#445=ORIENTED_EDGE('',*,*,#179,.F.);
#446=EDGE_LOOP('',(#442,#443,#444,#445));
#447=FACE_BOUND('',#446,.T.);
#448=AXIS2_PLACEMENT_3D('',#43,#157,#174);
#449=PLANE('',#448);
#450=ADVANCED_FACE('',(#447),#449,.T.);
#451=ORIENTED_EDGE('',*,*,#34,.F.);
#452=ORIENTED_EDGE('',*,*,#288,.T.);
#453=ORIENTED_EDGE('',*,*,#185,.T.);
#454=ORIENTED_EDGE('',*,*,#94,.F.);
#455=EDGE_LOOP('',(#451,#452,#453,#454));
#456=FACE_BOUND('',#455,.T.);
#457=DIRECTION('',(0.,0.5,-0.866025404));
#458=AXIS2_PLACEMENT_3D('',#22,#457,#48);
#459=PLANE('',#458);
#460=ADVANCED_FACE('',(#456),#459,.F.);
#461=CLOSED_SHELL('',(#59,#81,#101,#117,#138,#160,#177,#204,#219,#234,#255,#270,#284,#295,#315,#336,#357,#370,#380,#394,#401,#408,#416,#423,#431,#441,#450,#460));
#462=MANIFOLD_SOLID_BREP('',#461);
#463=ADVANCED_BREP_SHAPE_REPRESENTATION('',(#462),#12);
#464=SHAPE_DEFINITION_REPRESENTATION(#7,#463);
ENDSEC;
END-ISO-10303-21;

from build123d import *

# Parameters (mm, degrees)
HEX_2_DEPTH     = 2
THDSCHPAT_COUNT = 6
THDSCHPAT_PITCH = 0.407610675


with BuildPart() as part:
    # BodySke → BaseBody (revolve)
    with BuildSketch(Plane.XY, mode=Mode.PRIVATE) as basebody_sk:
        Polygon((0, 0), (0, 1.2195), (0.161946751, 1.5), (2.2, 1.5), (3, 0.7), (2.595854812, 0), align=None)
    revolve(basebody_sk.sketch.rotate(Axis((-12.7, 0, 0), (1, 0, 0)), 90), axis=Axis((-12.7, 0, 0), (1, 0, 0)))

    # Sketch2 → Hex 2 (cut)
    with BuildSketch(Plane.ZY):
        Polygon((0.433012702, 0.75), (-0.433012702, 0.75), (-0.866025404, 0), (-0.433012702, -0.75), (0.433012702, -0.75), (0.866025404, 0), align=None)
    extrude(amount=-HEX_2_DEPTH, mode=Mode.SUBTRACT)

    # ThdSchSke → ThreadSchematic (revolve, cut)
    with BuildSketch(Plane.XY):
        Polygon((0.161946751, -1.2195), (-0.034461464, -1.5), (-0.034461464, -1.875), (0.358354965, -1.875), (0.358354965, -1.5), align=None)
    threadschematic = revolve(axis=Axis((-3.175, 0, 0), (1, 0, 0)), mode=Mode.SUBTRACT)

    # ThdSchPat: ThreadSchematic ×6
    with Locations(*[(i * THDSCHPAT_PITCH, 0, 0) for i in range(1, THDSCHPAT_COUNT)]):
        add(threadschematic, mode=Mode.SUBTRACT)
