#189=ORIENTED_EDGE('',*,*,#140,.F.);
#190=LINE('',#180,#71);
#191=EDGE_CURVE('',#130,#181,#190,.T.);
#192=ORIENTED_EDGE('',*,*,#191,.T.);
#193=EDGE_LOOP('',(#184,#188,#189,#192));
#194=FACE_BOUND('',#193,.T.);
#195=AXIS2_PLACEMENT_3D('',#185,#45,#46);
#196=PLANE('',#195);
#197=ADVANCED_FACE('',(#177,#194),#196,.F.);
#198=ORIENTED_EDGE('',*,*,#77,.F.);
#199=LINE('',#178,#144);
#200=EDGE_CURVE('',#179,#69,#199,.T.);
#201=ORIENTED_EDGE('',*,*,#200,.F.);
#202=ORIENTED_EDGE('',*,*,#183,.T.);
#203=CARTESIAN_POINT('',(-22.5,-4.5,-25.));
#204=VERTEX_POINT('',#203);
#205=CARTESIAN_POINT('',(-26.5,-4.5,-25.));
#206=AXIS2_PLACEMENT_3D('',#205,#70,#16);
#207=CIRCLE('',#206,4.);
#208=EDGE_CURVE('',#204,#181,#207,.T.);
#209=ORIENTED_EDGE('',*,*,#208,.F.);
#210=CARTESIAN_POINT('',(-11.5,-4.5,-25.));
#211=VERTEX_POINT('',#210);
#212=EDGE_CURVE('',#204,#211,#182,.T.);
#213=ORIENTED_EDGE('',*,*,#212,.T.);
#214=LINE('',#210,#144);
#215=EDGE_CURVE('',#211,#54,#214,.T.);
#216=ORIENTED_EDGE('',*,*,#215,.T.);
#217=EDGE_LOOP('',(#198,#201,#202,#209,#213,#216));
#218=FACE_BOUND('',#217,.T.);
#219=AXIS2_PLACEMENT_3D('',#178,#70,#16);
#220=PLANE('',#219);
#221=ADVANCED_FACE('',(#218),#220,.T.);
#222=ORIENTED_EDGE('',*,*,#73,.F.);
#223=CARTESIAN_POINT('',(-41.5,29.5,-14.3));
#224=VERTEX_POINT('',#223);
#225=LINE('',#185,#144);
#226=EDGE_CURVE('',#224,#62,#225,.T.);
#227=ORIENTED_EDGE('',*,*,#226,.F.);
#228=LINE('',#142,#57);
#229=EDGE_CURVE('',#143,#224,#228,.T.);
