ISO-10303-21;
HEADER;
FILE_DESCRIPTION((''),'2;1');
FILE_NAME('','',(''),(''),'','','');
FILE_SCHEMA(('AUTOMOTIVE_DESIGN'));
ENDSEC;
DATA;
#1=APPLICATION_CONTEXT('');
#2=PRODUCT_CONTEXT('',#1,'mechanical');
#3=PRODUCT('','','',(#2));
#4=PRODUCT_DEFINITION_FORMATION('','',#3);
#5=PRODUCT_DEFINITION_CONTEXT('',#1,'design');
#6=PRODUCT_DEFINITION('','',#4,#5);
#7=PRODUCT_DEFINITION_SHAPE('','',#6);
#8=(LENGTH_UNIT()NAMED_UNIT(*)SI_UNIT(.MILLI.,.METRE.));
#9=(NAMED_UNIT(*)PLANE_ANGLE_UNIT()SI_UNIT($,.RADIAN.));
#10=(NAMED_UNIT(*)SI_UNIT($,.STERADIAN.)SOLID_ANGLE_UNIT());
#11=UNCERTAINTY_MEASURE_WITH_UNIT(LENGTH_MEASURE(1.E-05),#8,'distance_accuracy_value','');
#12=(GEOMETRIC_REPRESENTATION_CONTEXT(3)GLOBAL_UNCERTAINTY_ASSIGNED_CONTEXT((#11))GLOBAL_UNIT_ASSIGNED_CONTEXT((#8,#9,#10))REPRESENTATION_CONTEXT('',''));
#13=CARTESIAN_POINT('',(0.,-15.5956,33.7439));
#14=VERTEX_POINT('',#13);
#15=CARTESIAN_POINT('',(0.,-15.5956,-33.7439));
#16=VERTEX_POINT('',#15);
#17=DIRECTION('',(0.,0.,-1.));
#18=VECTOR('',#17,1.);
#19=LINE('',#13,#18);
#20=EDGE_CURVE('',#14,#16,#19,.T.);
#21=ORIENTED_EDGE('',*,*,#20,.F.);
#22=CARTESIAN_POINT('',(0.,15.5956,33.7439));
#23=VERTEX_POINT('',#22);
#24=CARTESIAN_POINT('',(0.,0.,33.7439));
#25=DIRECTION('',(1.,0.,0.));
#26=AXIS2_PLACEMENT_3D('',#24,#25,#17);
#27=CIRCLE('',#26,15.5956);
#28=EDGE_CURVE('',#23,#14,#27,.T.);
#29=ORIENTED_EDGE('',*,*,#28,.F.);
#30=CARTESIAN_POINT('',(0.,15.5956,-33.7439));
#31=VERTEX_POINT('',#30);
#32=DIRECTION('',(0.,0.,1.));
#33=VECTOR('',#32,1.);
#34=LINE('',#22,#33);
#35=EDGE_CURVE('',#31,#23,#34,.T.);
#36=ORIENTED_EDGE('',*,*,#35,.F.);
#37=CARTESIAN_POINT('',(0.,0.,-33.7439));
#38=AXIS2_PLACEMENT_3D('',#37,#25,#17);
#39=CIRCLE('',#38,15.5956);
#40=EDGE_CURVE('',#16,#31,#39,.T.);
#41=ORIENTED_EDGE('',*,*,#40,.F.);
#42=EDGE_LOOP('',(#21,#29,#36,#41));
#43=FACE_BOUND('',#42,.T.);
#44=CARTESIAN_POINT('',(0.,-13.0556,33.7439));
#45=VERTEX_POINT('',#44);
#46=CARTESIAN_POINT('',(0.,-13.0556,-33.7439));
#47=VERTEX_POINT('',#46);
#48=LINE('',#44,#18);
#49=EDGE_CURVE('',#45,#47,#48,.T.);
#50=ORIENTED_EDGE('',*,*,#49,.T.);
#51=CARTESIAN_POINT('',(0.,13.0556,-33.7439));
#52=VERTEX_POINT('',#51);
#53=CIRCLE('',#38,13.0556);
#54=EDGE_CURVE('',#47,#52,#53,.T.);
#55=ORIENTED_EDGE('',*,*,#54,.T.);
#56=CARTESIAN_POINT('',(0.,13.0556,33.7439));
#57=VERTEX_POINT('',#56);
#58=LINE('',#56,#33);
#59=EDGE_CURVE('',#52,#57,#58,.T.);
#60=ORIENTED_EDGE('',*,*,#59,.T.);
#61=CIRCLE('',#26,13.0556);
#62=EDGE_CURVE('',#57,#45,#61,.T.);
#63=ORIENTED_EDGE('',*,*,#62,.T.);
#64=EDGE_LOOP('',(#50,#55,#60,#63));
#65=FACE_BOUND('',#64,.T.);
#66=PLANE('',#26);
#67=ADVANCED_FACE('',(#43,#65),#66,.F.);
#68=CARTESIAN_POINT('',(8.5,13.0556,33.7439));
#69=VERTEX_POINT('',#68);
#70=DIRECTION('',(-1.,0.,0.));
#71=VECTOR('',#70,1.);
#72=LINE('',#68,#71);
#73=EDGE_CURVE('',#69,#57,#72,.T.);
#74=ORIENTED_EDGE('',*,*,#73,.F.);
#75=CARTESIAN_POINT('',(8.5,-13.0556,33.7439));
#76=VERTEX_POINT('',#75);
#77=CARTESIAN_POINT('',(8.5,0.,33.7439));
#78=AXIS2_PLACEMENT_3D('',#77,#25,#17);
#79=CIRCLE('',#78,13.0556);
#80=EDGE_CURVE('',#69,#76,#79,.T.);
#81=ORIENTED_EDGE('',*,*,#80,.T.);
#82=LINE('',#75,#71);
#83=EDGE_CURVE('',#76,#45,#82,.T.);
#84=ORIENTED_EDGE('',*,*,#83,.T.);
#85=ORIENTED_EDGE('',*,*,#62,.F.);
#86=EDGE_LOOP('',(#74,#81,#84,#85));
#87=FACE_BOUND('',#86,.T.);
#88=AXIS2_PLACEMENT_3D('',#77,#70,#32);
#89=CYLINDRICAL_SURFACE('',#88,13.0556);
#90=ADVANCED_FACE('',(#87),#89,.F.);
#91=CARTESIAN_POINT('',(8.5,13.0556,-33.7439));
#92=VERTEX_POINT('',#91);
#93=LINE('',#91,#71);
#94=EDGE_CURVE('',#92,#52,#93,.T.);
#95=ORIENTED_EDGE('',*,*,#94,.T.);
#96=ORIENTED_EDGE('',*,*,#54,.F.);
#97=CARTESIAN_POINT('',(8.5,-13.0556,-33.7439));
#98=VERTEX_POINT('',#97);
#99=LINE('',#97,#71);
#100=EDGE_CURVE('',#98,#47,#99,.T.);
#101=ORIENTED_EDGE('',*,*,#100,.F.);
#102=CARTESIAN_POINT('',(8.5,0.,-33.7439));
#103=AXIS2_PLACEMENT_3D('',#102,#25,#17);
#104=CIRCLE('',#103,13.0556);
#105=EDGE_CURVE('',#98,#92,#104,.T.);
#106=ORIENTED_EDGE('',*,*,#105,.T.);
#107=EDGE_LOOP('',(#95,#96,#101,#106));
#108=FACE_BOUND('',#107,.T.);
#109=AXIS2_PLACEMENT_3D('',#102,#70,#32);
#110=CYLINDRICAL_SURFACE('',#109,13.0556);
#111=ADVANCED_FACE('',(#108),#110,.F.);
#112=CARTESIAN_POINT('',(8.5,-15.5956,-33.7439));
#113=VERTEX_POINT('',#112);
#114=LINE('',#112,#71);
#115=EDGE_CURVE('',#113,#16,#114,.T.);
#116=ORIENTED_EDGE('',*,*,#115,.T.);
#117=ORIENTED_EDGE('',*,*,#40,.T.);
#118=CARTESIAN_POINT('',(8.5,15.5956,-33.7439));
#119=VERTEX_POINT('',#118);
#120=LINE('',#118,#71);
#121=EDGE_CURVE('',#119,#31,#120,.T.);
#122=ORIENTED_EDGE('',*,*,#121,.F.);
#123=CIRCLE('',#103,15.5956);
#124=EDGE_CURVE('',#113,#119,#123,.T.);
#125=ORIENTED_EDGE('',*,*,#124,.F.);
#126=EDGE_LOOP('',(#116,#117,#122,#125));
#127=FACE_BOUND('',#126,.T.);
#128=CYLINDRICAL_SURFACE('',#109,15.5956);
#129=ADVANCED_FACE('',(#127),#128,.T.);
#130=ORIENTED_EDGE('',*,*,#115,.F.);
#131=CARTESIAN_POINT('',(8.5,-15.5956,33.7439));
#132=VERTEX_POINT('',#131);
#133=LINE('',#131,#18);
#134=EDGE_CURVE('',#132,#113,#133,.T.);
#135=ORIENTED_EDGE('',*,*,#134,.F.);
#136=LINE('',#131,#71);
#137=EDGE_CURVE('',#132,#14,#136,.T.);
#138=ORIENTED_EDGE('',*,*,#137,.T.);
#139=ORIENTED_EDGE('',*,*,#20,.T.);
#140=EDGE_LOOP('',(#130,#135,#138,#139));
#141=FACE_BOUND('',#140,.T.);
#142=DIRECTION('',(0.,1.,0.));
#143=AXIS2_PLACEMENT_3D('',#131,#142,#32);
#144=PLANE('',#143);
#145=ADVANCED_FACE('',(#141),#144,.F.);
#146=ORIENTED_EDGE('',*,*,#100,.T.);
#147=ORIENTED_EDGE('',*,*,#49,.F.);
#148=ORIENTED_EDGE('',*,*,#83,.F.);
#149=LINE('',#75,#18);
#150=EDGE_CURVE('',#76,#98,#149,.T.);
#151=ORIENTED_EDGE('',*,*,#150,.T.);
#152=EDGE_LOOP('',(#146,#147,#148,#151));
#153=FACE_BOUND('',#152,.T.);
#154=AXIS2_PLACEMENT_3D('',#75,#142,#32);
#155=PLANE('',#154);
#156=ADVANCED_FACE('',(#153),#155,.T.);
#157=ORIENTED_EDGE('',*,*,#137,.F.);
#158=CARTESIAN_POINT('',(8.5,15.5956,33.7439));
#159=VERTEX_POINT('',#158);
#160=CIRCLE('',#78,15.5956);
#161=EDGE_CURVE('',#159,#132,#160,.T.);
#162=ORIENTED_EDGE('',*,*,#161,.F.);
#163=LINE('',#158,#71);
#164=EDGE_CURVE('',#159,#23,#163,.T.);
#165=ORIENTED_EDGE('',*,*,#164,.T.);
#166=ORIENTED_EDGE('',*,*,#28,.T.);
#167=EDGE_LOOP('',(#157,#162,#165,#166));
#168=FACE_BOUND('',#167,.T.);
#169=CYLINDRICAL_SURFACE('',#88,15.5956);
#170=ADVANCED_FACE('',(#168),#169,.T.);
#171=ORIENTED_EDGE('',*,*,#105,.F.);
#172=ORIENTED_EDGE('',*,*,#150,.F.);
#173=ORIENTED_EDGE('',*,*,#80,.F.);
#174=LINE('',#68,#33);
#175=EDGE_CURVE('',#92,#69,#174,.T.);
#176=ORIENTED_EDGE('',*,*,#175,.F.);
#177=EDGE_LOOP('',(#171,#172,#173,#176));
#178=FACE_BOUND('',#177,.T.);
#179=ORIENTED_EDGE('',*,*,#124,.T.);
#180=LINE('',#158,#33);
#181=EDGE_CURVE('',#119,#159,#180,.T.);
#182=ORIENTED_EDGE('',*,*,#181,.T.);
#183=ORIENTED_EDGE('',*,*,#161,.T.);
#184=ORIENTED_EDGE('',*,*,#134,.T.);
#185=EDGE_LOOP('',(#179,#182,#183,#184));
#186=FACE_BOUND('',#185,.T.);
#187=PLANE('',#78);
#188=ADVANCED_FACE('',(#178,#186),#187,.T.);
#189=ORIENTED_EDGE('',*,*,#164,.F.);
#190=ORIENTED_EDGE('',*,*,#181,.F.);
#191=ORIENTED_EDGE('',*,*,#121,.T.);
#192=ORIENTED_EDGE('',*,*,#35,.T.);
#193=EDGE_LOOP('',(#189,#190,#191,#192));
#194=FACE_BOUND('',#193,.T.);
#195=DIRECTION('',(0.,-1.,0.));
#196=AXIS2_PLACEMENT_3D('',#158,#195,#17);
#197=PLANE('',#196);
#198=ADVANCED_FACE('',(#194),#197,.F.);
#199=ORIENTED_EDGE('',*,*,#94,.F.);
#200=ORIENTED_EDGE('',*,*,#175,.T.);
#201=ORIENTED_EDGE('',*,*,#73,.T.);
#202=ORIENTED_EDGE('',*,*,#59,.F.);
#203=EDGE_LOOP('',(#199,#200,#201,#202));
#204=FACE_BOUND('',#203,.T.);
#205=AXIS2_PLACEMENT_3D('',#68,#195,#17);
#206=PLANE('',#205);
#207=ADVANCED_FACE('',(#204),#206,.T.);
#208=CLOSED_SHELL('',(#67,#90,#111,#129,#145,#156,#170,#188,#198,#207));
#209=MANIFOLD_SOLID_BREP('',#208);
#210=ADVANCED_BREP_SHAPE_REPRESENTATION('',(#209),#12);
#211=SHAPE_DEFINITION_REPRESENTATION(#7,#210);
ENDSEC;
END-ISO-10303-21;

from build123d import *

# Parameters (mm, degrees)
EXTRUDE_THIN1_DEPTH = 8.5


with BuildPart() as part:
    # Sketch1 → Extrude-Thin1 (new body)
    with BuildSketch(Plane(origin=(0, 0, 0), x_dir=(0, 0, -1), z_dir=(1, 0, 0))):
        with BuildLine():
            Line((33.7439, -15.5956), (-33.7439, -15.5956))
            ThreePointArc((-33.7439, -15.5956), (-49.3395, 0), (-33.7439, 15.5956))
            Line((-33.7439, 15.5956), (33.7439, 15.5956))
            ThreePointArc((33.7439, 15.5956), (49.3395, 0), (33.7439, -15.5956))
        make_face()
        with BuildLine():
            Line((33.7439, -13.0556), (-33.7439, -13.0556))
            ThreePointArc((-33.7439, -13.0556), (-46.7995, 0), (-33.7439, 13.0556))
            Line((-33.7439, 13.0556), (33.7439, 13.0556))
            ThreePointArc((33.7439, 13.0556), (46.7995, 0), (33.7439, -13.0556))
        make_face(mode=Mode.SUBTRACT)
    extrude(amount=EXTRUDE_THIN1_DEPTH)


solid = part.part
━━━
Copy out, from the data above, every line holding the word "align".

        Polygon((0, 0), (0, 1.2195), (0.161946751, 1.5), (2.2, 1.5), (3, 0.7), (2.595854812, 0), align=None)
        Polygon((0.433012702, 0.75), (-0.433012702, 0.75), (-0.866025404, 0), (-0.433012702, -0.75), (0.433012702, -0.75), (0.866025404, 0), align=None)
        Polygon((0.161946751, -1.2195), (-0.034461464, -1.5), (-0.034461464, -1.875), (0.358354965, -1.875), (0.358354965, -1.5), align=None)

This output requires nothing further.